When purchases and unfinished titles sit in one blob, guilt grows with the thickness. The pile starts to feel like proof that you only plan. In reality part of that thickness is a wishlist, part is in progress, and part is already done. Without status, achievement and unfinished business share one shelf and hide each other. You feel behind even on weeks when you finished something, because the finished thing still looks like clutter.
I used to keep titles in a notes app and rely on memory for whether I had finished them. Memory is not kind. Similar titles blur. A book that was “reading” stays “reading” for half a year because nothing forces a decision. If the list will not speak, you re-judge from scratch every time. That judgment cost eventually outweighs the pleasure of opening a page.
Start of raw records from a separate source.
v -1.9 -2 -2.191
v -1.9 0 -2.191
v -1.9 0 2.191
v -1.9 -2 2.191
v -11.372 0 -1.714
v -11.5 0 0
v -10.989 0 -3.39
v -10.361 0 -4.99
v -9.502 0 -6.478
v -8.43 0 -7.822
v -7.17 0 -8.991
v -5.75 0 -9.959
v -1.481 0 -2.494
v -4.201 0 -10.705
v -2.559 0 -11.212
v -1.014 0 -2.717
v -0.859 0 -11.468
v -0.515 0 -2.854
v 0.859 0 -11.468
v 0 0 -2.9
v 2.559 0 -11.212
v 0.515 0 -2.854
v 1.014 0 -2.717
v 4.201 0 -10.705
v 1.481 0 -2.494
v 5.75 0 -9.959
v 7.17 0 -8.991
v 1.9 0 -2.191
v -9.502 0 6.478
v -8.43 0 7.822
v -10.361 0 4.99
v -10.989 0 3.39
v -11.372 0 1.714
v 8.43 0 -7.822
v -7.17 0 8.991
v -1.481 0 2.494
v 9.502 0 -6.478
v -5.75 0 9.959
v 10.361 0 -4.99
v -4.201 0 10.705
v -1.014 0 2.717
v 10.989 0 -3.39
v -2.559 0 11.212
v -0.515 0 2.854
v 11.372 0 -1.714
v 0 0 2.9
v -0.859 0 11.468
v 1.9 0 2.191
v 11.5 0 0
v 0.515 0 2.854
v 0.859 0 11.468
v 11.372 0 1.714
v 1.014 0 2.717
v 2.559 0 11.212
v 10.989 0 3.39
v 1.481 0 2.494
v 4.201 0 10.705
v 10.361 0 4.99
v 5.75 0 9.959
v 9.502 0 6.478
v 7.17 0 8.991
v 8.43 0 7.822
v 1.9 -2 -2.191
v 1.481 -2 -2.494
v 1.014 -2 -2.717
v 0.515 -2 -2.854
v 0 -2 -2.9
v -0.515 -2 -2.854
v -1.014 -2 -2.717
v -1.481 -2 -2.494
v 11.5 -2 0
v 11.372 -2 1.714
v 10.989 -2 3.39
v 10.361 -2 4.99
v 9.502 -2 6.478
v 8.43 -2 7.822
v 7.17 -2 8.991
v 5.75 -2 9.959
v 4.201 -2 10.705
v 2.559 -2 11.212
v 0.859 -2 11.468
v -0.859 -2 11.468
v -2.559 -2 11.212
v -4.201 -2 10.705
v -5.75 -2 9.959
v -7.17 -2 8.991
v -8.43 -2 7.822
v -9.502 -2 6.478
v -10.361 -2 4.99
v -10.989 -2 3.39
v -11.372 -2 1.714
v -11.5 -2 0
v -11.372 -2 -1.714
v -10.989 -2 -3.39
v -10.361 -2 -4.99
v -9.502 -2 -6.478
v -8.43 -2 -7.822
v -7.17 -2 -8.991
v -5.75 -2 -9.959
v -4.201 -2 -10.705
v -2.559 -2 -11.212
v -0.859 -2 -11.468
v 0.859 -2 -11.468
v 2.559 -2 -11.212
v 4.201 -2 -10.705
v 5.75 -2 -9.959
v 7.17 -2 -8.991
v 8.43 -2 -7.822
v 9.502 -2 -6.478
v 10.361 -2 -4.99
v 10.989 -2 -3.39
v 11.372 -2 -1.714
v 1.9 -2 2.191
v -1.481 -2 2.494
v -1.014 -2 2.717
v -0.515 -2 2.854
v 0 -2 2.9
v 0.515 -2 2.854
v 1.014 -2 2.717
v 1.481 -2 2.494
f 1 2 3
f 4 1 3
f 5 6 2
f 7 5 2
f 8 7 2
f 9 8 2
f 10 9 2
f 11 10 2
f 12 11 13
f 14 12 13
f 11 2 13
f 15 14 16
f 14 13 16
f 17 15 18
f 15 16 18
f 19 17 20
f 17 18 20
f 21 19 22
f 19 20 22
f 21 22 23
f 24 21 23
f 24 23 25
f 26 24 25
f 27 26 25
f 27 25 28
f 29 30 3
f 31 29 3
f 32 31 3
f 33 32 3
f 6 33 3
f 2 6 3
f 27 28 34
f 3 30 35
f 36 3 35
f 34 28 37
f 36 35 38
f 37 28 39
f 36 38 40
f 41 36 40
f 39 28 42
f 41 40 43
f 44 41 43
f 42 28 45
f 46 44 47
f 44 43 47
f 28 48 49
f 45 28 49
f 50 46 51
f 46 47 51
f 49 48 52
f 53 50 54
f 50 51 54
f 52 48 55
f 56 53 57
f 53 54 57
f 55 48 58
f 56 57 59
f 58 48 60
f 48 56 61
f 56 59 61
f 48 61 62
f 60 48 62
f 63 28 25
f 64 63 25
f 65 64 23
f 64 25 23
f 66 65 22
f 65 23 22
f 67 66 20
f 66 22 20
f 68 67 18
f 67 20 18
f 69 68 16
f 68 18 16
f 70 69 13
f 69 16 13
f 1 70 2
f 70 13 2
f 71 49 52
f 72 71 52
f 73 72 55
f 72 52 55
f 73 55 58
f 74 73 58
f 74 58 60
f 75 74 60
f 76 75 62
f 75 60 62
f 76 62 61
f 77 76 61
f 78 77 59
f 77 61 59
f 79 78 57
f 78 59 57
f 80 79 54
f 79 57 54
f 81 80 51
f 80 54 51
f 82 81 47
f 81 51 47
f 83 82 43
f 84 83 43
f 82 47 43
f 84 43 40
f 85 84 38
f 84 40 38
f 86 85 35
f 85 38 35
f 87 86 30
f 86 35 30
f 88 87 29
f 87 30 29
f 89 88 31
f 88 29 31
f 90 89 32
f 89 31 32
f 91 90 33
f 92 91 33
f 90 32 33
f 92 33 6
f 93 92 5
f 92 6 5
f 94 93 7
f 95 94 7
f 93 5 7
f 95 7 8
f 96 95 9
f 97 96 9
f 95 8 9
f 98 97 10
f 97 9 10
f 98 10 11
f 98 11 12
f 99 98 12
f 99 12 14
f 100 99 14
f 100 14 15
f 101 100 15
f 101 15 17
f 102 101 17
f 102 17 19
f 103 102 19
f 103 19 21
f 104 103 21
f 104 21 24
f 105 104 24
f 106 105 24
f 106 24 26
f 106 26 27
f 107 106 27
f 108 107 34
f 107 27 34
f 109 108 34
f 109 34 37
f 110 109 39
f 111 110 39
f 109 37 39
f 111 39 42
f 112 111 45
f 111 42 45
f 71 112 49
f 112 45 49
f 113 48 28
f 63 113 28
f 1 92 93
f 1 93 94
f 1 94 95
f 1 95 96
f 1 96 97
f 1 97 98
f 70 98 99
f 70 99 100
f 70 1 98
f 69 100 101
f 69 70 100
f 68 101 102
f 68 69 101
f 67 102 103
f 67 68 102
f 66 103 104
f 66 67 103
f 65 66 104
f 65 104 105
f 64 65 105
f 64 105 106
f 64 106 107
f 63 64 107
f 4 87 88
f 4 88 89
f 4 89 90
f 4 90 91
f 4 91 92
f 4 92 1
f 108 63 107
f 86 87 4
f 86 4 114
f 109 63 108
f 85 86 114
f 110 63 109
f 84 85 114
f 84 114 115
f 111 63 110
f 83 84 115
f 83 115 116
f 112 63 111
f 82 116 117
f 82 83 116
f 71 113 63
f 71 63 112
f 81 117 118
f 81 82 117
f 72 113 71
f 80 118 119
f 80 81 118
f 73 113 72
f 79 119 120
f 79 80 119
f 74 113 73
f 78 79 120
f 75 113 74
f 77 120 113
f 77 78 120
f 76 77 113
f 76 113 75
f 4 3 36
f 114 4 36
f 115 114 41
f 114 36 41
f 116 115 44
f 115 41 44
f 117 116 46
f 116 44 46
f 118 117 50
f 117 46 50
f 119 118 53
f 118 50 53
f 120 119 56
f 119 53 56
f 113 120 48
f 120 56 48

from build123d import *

# Parameters (mm, degrees)
F1_DEPTH = 2
F0_R     = 11.5
F2_DEPTH = 2


# Not quite as in the source:
# - a feature names something its author has since deleted; it is built from what else it names


with BuildPart() as f1:
    # F0 (on Front) → F1 (new body)
    with BuildSketch(Plane.XZ):
        with BuildLine():
            Line((-1.9, -2.19089023), (-1.9, 2.19089023))
            ThreePointArc((-1.9, 2.19089023), (-2.9, 0), (-1.9, -2.19089023))
        make_face()
    extrude(amount=F1_DEPTH)



with BuildPart() as f1b:
    # F0 (on Front) → F1, piece 2 (new body)
    with BuildSketch(Plane.XZ):
        with BuildLine():
            ThreePointArc((1.9, -2.19089023), (2.6381811917, -1.2041594579), (2.9, 0))
            ThreePointArc((2.9, 0), (2.6381811917, 1.2041594579), (1.9, 2.19089023))
            Line((1.9, 2.19089023), (1.9, -2.19089023))
        make_face()
    extrude(amount=F1_DEPTH)


with BuildPart() as f1_1:
    add(f1.part)

    add(f1b.part)  # F2 merges F1b
    # F0 (on Front) → F2 (join)
    with BuildSketch(Plane.XZ):
        Circle(F0_R)
        with BuildLine():
            ThreePointArc((1.9, 2.19089023), (2.6381811917, 1.2041594579), (2.9, 0))
            ThreePointArc((2.9, 0), (2.6381811917, -1.2041594579), (1.9, -2.19089023))
            ThreePointArc((1.9, -2.19089023), (0, -2.9), (-1.9, -2.19089023))
            ThreePointArc((-1.9, -2.19089023), (-2.9, 0), (-1.9, 2.19089023))
            ThreePointArc((-1.9, 2.19089023), (0, 2.9), (1.9, 2.19089023))
        make_face(mode=Mode.SUBTRACT)
    extrude(amount=F2_DEPTH)


solid = f1_1.part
Reading starts to feel administratively expensive before a single sentence is enjoyed.
The emotional tone of a messy shelf matters too. A mixed pile whispers that you are failing at organization. A sorted shelf, even a simple one, whispers that you have a next move. Whispered next moves are how tired evenings still begin a chapter.
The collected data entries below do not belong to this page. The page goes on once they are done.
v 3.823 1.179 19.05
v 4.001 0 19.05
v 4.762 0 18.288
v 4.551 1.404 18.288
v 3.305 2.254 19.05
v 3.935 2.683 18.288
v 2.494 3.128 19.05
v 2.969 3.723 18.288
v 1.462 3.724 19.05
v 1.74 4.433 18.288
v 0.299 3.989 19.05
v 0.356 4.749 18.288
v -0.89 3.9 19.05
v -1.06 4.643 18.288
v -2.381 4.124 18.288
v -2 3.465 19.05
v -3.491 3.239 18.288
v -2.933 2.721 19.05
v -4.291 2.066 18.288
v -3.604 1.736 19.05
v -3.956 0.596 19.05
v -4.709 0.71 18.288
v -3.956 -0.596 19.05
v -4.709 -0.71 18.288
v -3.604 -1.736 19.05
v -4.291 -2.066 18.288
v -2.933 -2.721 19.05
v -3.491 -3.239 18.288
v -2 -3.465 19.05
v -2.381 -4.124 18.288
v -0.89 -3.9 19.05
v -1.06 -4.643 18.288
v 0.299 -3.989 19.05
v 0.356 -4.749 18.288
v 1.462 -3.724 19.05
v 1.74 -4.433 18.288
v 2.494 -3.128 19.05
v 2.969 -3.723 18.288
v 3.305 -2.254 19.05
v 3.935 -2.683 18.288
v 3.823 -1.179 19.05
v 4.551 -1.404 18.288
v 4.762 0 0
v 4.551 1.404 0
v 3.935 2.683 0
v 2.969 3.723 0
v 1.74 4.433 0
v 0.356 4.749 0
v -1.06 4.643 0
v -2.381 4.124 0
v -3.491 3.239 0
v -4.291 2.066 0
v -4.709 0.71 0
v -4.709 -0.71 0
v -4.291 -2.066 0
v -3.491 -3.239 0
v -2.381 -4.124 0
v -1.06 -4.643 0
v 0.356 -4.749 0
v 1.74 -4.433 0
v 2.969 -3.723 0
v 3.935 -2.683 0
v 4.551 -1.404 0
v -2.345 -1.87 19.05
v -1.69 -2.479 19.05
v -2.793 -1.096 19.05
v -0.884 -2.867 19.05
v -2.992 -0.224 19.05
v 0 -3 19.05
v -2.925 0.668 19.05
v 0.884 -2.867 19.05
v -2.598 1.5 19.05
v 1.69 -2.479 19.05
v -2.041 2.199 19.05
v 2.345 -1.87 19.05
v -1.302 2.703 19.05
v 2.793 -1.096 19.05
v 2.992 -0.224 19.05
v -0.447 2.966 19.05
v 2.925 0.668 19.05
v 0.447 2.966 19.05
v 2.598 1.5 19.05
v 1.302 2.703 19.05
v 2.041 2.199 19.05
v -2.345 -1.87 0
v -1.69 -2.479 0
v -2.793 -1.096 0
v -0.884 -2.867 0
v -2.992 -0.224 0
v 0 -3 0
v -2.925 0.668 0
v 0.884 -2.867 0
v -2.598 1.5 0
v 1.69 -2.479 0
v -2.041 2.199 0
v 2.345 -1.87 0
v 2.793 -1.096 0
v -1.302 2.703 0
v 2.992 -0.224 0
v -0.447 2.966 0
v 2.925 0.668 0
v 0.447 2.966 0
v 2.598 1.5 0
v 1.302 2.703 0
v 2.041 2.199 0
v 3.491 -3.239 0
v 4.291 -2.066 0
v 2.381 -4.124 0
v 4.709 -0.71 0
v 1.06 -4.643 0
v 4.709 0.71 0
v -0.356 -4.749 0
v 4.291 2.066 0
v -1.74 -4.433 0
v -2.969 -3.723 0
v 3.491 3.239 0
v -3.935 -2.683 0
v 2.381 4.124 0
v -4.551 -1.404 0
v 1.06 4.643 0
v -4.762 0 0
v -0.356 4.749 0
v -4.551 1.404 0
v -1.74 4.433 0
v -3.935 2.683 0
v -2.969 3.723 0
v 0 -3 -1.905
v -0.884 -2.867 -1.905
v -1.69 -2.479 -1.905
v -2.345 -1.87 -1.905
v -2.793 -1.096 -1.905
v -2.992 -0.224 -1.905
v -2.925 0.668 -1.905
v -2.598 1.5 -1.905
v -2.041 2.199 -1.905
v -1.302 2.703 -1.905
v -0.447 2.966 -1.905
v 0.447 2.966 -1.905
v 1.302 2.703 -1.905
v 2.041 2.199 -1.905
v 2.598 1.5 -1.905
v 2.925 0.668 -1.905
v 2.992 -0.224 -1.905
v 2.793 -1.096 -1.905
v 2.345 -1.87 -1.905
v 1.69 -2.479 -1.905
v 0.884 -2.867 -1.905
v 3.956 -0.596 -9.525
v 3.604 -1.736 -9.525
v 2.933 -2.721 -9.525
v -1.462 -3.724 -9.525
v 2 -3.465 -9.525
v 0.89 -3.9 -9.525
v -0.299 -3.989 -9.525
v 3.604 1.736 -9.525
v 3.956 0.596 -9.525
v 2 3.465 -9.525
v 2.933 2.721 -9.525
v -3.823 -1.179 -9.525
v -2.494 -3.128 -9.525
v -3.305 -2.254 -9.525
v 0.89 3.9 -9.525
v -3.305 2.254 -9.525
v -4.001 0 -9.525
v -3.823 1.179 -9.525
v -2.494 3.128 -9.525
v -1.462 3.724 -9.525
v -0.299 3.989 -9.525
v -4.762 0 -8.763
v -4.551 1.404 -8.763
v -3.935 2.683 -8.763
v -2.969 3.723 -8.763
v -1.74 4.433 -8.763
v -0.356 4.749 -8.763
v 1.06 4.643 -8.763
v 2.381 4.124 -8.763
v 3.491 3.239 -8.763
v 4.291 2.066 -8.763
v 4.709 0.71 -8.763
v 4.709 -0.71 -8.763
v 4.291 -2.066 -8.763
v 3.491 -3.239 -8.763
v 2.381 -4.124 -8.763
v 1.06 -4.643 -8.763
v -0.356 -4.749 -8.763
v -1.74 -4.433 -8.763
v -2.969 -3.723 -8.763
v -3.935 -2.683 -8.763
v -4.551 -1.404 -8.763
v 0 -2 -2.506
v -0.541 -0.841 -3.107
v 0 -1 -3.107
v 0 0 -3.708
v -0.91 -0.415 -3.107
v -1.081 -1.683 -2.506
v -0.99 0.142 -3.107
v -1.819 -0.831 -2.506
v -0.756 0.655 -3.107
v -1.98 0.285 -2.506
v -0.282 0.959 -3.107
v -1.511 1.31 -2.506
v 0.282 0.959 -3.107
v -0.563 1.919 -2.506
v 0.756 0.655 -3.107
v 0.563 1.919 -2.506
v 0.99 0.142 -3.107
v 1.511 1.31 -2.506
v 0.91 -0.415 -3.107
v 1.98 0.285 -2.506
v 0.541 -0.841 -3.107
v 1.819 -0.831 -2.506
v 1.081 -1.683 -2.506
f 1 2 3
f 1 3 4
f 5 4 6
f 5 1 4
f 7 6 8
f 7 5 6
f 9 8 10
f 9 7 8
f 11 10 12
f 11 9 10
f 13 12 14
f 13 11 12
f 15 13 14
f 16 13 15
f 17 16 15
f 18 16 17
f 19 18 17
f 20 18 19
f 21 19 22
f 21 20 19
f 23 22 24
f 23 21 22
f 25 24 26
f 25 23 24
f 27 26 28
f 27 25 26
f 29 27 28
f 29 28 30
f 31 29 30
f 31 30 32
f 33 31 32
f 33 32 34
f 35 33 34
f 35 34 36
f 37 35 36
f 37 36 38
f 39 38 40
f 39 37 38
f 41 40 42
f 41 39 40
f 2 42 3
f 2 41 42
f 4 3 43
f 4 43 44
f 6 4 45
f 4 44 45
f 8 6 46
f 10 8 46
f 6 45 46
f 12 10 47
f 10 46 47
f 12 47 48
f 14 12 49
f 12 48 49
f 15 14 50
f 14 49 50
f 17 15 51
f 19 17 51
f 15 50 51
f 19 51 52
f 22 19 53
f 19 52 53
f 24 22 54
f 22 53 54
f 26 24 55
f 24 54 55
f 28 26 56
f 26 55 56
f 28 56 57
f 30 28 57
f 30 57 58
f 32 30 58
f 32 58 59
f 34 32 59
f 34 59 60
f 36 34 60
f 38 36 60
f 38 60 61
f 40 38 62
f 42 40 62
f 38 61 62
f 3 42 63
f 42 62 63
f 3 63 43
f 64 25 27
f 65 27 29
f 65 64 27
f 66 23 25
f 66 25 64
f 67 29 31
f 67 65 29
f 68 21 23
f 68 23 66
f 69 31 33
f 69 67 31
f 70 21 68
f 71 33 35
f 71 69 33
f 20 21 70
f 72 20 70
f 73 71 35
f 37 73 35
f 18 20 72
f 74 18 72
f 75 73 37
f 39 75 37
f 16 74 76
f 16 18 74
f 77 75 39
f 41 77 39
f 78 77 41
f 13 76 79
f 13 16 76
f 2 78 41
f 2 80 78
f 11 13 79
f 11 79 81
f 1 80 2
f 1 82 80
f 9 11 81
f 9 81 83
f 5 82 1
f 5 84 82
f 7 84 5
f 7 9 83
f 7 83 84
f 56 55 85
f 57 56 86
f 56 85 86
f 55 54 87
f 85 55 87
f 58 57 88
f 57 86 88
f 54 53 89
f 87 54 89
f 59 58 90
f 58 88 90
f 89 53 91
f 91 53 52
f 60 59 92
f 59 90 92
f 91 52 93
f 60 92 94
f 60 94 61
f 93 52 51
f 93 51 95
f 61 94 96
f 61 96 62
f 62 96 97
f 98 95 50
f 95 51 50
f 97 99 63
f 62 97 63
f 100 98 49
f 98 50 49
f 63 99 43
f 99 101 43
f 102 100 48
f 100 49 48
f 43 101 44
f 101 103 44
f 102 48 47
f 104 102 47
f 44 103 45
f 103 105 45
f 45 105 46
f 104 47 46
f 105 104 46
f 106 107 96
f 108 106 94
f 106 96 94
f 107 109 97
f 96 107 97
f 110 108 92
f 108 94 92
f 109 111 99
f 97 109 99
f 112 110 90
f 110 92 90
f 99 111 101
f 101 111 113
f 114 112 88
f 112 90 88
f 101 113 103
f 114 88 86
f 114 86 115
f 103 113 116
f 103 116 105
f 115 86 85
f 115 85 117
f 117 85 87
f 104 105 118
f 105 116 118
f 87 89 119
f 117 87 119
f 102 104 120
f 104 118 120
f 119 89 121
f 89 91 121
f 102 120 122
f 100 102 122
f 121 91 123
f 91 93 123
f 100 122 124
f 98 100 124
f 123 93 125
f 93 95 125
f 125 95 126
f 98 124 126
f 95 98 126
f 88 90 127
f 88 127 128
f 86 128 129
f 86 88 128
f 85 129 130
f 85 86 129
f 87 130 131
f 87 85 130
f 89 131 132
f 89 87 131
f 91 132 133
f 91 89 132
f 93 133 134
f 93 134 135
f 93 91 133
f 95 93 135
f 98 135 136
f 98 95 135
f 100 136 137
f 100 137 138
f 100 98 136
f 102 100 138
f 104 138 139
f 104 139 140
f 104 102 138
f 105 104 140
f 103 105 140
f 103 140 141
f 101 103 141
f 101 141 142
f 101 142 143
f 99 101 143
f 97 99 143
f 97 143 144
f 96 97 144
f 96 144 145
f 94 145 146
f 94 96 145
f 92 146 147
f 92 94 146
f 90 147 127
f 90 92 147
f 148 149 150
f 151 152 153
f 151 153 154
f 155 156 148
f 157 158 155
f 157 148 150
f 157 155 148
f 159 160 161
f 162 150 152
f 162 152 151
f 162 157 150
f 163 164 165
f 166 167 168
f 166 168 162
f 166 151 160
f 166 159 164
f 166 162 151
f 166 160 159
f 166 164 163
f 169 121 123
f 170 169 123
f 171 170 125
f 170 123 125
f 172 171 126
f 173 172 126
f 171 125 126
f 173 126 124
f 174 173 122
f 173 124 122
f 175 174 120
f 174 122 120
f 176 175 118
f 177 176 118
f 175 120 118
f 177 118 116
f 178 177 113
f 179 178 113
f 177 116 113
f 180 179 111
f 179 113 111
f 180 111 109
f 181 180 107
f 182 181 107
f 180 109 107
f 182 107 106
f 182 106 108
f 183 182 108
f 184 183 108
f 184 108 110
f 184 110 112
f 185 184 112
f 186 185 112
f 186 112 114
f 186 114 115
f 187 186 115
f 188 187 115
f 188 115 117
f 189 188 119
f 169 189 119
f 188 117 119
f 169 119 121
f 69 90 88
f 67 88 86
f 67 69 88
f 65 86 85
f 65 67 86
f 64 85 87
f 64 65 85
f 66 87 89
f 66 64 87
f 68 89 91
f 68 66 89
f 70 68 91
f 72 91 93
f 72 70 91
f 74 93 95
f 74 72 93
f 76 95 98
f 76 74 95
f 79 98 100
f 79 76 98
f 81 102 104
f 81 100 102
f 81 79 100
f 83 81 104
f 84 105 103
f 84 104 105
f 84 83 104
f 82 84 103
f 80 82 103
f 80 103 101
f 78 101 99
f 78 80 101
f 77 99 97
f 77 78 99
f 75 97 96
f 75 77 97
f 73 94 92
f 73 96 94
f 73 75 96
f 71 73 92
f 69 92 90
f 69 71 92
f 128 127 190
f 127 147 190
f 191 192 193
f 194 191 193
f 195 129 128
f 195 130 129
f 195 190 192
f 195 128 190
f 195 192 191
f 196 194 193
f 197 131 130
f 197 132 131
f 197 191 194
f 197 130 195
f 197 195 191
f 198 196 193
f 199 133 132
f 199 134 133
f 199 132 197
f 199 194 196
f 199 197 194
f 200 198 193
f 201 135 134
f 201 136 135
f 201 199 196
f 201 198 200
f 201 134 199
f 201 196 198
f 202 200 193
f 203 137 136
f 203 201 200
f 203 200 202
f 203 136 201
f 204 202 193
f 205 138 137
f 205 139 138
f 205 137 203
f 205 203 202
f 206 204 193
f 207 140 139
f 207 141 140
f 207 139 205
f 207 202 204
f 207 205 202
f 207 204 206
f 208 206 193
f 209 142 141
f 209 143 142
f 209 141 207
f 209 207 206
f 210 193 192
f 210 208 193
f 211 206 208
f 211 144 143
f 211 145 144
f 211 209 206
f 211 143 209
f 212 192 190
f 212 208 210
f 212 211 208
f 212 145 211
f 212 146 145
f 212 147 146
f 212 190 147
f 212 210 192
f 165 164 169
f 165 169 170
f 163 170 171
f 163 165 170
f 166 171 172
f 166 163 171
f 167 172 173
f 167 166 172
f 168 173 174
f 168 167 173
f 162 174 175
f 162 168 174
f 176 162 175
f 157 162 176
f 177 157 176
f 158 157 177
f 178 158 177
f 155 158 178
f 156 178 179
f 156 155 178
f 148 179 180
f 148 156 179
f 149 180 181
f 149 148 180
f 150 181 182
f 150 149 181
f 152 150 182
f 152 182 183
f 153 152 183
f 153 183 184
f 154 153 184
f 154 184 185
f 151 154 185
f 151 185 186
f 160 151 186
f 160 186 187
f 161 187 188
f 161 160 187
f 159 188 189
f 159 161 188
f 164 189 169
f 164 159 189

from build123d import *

# Parameters (mm, degrees)
SKETCH1_R               = 4.7625
SIDE_WITH_HOLE_DEPTH    = 19.05
SKETCH2_R               = 4.7625
SIDE_WITHOUT_HOLE_DEPTH = 9.525
CHAMFER1_SIZE           = 0.762
CHAMFER2_SIZE           = 0.762


with BuildPart() as part:
    # Sketch1 → Side With Hole (new body)
    with BuildSketch(Plane.XY):
        Circle(SKETCH1_R)
    extrude(amount=SIDE_WITH_HOLE_DEPTH)


with BuildPart() as body_2:
    # Sketch2 → Side Without Hole (new body)
    with BuildSketch(Plane(origin=(0, 0, 0), x_dir=(-1, 0, 0), z_dir=(0, 0, -1))):
        Circle(SKETCH2_R)
    extrude(amount=SIDE_WITHOUT_HOLE_DEPTH)


with BuildPart() as f_6_0_6_diameter_hole1_tool:
    # Sketch4 → Ø6.0 (6) Diameter Hole1 (revolve)
    with BuildSketch(Plane(origin=(0, 0, 19.05), x_dir=(0, -1, 0), z_dir=(1, 0, 0))):
        Polygon((0, 0), (0, 22.757581857), (3, 20.955), (3, 0), align=None)
    revolve(axis=Axis((0, 0, 25.4), (0, 0, -1)))


with BuildPart() as part_1:
    add(part.part)

    # Ø6.0 (6) Diameter Hole1: cut by f_6_0_6_diameter_hole1_tool
    add(f_6_0_6_diameter_hole1_tool.part, mode=Mode.SUBTRACT)

    # Chamfer2
    chamfer2_edges = [part_1.edges().sort_by_distance(p)[0] for p in [
        (-4.7625, 0, 19.05),
    ]]
    chamfer(chamfer2_edges, length=CHAMFER2_SIZE)


with BuildPart() as body_2_1:
    add(body_2.part)

    # Ø6.0 (6) Diameter Hole1: cut by f_6_0_6_diameter_hole1_tool
    add(f_6_0_6_diameter_hole1_tool.part, mode=Mode.SUBTRACT)

    # Chamfer1
    chamfer1_edges = [body_2_1.edges().sort_by_distance(p)[0] for p in [
        (4.7625, 0, -9.525),
    ]]
    chamfer(chamfer1_edges, length=CHAMFER1_SIZE)


solid = Compound([part_1.part, body_2_1.part])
Three Buckets Are Enough to Breathe
Before elaborate tags, most people need three plain states:
- Want to read — wishlist, not started
- Reading — in progress
- Finished — completed
With only those buckets, candidates for next and the book in your hands stop colliding. Stack titles in want-to-read, move one to reading when you begin, mark finished when you close it, and leave a short note if you have energy. It is not a grand workflow. It is a shelf with three doors, and doors are enough for most domestic reading lives.
When “reading” grows too long, that is often overload, not ambition. More than two or three open books can be stalled books wearing a kinder label. Visible status lets you notice early: I opened too many at once. Then you can return one to want-to-read or close it honestly. Invisible status lets you keep pretending everything is still alive. Pretending is expensive; honesty is briefly uncomfortable and then lighter.
Moving a book to finished matters more than it looks. An ending has to be marked before a next beginning feels clean. Titles that are “basically done” but still listed as reading make the library lie about the present. Honest status is what makes year-end stats, quiet retrospectives, and “what did I read?” mean anything worth answering.
Tidying Serves the Next Choice
If you treat library organization as aesthetics, you burn out. Pretty shelf photos are not the goal. The goal is lowering the cost of choosing the next volume. On a tired weeknight, if candidates already live under want-to-read, the choice stays short. Short choices start reading. Started reading creates a place for notes to attach. Notes, once attached, make the finished shelf feel like a life rather than a receipt from a bookstore.
BbitbbitBook’s library is built around those three statuses. Changes show up in the tabs at once, and finished books feed stats and the reading passbook. You can do the same with three lists in any notebook. What matters is that status lives in one place and moving a book is easy. If moving is annoying, the pile becomes one blob again, and the blob brings the guilt back with it.
Look at your shelf once today. How many books are truly in progress? Where are the want-to-read titles hiding? Are finished books marked finished? If you can answer those three questions, the library is already more honest — and an honest library makes the next page feel lighter than a lecture about discipline ever will.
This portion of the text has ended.